# Any beauty in deep set eyes?



## mama-mia99 (Feb 9, 2008)

I have 'em but don't really care for them. I hide them in the smokey eye look a lot.

Anybody out there find any beauty in deep set eyes? A MAC makeup artist once told me that deep set eyes are a good thing because they're great for the smokey eye look. But I don't see how regular eyes aren't.... Anybody else have deep set eyes? How do you feel about them? Do you love 'em or hate 'em?


----------



## ShesAutomatic (Feb 9, 2008)

I have them. I think they're okay for the most part but not when I really wanna show off an eyeshadow color and you can barely see it unless im looking down.


----------



## mama-mia99 (Feb 9, 2008)

Originally Posted by *ShesAutomatic* /img/forum/go_quote.gif I have them. I think they're okay for the most part but not when I really wanna show off an eyeshadow color and you can barely see it unless im looking down. Yup! I agree. I wish I could wear shadow and have it show more. My deep set eyes are not so bad, but they still kinda hide my shadow.


----------



## Marisol (Feb 9, 2008)

I hope that these threads will help!

https://forum.makeuptalk.com/f11...yes-18981.html

https://forum.makeuptalk.com/f11...e-s-28671.html

https://forum.makeuptalk.com/f11...yes-10217.html


----------



## andrrea (Feb 9, 2008)

Originally Posted by *jasilinda* /img/forum/go_quote.gif Anybody else have deep set eyes?

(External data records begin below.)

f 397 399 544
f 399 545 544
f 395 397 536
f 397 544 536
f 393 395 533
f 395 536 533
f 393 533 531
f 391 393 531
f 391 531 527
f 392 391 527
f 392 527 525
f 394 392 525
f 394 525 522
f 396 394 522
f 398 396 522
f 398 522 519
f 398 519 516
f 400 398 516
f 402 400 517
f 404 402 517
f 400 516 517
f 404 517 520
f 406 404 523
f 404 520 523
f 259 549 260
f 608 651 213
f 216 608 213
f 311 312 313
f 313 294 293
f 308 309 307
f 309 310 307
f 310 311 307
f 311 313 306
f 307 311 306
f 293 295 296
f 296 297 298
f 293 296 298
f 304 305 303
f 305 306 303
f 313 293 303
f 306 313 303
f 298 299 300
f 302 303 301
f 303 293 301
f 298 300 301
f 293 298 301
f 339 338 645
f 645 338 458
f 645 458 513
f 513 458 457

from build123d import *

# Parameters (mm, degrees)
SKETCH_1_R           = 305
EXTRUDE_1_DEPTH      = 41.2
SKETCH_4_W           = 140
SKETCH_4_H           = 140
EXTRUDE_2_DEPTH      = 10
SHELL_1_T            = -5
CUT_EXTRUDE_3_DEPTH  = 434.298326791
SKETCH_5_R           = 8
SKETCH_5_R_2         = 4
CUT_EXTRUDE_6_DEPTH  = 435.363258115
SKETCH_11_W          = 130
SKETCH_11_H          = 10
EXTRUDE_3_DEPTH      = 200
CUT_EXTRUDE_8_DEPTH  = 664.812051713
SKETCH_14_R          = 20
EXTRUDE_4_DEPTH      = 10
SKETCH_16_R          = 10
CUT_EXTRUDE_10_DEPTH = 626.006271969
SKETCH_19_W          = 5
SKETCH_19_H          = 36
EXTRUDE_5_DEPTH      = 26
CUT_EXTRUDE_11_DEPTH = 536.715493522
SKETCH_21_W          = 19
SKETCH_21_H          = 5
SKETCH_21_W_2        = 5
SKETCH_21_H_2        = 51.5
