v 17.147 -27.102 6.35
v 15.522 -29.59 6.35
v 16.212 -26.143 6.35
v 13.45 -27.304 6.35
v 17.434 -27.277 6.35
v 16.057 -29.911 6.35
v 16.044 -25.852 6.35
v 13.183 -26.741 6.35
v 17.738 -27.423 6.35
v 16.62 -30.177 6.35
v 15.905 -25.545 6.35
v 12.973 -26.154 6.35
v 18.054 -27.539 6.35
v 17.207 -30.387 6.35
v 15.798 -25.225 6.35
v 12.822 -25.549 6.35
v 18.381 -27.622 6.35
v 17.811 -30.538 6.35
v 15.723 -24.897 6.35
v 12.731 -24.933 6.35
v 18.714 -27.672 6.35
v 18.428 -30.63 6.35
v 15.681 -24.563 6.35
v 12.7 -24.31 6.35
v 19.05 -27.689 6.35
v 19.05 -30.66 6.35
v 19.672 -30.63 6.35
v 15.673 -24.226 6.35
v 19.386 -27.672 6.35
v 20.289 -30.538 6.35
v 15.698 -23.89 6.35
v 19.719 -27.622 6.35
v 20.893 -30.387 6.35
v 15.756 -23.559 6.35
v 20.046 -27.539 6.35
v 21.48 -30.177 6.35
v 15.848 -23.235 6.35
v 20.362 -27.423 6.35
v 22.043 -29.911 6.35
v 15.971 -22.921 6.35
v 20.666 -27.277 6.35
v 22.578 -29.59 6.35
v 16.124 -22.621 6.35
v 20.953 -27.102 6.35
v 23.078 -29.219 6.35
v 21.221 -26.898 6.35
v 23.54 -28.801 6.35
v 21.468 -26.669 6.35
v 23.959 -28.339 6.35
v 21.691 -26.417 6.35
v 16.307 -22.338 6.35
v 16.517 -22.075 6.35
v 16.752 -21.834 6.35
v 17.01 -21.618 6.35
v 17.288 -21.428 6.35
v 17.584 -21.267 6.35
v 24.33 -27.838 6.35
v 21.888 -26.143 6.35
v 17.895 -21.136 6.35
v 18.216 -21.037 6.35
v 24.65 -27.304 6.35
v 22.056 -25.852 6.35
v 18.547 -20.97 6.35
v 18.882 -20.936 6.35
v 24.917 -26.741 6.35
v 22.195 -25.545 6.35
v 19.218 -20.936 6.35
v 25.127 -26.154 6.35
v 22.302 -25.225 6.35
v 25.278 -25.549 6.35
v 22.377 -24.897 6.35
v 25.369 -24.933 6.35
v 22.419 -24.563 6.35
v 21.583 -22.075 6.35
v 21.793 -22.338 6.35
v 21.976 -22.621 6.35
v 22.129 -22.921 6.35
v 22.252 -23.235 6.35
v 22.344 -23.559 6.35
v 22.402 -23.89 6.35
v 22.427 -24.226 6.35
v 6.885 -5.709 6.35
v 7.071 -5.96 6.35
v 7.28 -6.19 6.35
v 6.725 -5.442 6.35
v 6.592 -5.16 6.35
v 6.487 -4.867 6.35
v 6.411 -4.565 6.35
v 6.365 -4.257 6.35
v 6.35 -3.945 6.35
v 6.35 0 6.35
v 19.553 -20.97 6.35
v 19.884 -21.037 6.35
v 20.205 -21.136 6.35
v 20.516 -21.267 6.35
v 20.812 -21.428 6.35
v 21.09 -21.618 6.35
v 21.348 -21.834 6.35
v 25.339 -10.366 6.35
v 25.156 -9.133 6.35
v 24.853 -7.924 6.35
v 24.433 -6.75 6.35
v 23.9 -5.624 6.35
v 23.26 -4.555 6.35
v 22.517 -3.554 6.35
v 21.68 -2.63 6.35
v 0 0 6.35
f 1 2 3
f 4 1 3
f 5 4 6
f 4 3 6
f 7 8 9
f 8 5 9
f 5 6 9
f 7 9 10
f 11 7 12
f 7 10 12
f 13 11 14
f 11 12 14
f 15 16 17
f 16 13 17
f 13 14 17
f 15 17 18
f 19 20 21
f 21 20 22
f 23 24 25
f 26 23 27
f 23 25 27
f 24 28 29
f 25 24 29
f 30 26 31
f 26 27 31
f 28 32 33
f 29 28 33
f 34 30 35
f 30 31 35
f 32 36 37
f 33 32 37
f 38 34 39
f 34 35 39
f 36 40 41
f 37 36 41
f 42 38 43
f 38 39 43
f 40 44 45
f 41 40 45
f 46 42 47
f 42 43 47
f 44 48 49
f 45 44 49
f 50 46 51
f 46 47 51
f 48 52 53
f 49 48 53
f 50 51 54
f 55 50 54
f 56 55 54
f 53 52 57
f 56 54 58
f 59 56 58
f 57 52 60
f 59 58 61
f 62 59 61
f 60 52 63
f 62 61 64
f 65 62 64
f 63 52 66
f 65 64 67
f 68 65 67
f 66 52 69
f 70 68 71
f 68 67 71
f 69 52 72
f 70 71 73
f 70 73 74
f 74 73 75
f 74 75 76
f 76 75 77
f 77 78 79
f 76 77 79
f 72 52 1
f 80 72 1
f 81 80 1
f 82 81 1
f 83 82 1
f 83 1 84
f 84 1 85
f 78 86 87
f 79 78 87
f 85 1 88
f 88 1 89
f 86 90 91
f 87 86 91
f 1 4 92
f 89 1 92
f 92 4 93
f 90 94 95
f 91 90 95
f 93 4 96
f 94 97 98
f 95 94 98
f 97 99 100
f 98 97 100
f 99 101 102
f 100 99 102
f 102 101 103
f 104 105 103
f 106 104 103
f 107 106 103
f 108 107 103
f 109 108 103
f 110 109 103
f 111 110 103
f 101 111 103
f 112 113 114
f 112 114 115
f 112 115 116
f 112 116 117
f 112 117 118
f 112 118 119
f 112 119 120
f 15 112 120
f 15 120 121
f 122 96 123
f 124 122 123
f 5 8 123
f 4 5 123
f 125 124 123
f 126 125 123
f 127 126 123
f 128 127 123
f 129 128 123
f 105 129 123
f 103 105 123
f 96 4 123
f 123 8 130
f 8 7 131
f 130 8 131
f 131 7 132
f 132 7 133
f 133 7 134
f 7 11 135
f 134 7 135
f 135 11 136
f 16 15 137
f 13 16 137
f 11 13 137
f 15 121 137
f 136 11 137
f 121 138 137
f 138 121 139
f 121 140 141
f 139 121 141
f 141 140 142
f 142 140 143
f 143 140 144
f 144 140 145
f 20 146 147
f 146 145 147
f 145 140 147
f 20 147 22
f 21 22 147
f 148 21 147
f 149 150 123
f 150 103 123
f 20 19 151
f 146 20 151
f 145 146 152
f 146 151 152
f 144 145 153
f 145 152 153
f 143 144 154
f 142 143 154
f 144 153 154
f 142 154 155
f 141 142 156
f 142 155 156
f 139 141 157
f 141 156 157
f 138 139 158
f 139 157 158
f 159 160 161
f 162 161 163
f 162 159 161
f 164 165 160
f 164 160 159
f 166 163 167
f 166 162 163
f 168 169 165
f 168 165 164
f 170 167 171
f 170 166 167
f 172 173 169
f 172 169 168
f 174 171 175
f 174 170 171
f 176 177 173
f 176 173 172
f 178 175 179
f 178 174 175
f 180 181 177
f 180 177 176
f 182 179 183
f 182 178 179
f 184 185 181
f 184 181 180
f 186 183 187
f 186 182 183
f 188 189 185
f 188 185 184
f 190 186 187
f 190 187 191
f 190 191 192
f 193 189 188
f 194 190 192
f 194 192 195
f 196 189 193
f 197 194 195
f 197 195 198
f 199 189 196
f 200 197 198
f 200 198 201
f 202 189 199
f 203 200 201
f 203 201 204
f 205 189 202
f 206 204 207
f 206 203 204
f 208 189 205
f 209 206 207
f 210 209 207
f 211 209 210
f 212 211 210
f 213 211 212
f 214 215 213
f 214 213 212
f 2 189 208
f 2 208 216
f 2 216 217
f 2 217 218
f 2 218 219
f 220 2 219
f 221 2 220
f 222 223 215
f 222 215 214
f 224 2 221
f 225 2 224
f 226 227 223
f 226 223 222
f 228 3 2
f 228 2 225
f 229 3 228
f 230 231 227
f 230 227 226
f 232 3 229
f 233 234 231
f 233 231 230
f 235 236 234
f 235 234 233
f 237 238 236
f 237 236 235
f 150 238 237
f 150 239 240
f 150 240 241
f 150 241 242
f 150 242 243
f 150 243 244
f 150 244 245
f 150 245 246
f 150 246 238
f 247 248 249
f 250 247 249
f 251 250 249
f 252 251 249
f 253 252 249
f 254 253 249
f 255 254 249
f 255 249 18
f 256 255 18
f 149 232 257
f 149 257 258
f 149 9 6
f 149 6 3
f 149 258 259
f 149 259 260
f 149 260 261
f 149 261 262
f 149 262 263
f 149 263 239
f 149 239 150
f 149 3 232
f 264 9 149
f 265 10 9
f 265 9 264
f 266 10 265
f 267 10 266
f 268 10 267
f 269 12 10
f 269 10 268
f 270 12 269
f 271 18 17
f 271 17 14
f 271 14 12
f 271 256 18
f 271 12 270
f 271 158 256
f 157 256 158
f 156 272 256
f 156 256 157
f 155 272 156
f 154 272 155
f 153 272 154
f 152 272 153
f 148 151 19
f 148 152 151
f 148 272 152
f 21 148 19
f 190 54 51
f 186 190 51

How do you feel about them? Do you love 'em or hate 'em? I do. Can't see any of my lid when my eyes are open. I kind of hate it because I find it very difficult to apply eyeshadow. I also have a really large space from my "crease" to my browbone.


----------



## mama-mia99 (Feb 9, 2008)

Originally Posted by *Marisol* /img/forum/go_quote.gif I hope that these threads will help!
https://forum.makeuptalk.com/f11...yes-18981.html

https://forum.makeuptalk.com/f11...e-s-28671.html

https://forum.makeuptalk.com/f11...yes-10217.html

Awesome, thanks for the links!


----------



## AppleRose (Feb 9, 2008)

If eyes are proving a dilemma then another feature like the lips could be played up by using a more pigmented color there.


----------



## MusicNMakeup (Feb 10, 2008)

I have deep set eyes and from a distance, they look even deeper in






Is there a way to make them "come out" more? Lighter shades on the eyelids?


----------



## mama-mia99 (Feb 10, 2008)

Originally Posted by *AppleRose* /img/forum/go_quote.gif If eyes are proving a dilemma then another feature like the lips could be played up by using a more pigmented color there. you know....i never thought of that. i have always focused on the eyes and wished mine weren't so deep set. i always do a nude lip. maybe i'll experiment with darker lip colors and lighter eye makeup and see how that works. thanks for the reply! i'm so excited. just another excuse to go makeup shopping. lol


----------



## kelso3686 (Feb 10, 2008)

i have deep set eyes too. eyeshadow goes unnoticed a lot.


----------



## suzannev68 (Feb 10, 2008)

I hate my deep set eyes too. The eyeshadow/smokey eye/ eyeliner just never looks like it does on others.


----------



## AppleRose (Feb 10, 2008)

Originally Posted by *jasilinda* /img/forum/go_quote.gif you know....i never thought of that. i have always focused on the eyes and wished mine weren't so deep set. i always do a nude lip. maybe i'll experiment with darker lip colors and lighter eye makeup and see how that works. thanks for the reply! i'm so excited. just another excuse to go makeup shopping. lol You have very nice features, so why not? Trying different lip colors. Too many of us assume we can't wear a big range of colors. Cream lipsticks with a bit of shimmer are flattering especially.


----------



## magosienne (Feb 10, 2008)

my eyes are slightly deep set, and yesterday i noticed my eyeshadow was creasing (i'm out of UDPP



) but it wasn't showing at all when my eyes were opened. so i guess that's one good point for deep set eyes


----------



## AppleRose (Feb 12, 2008)

That's cool Labrat


----------



## amynyc (Feb 12, 2008)

i have very deepset eyes and I've found a softer eye looks better on me than real smokey.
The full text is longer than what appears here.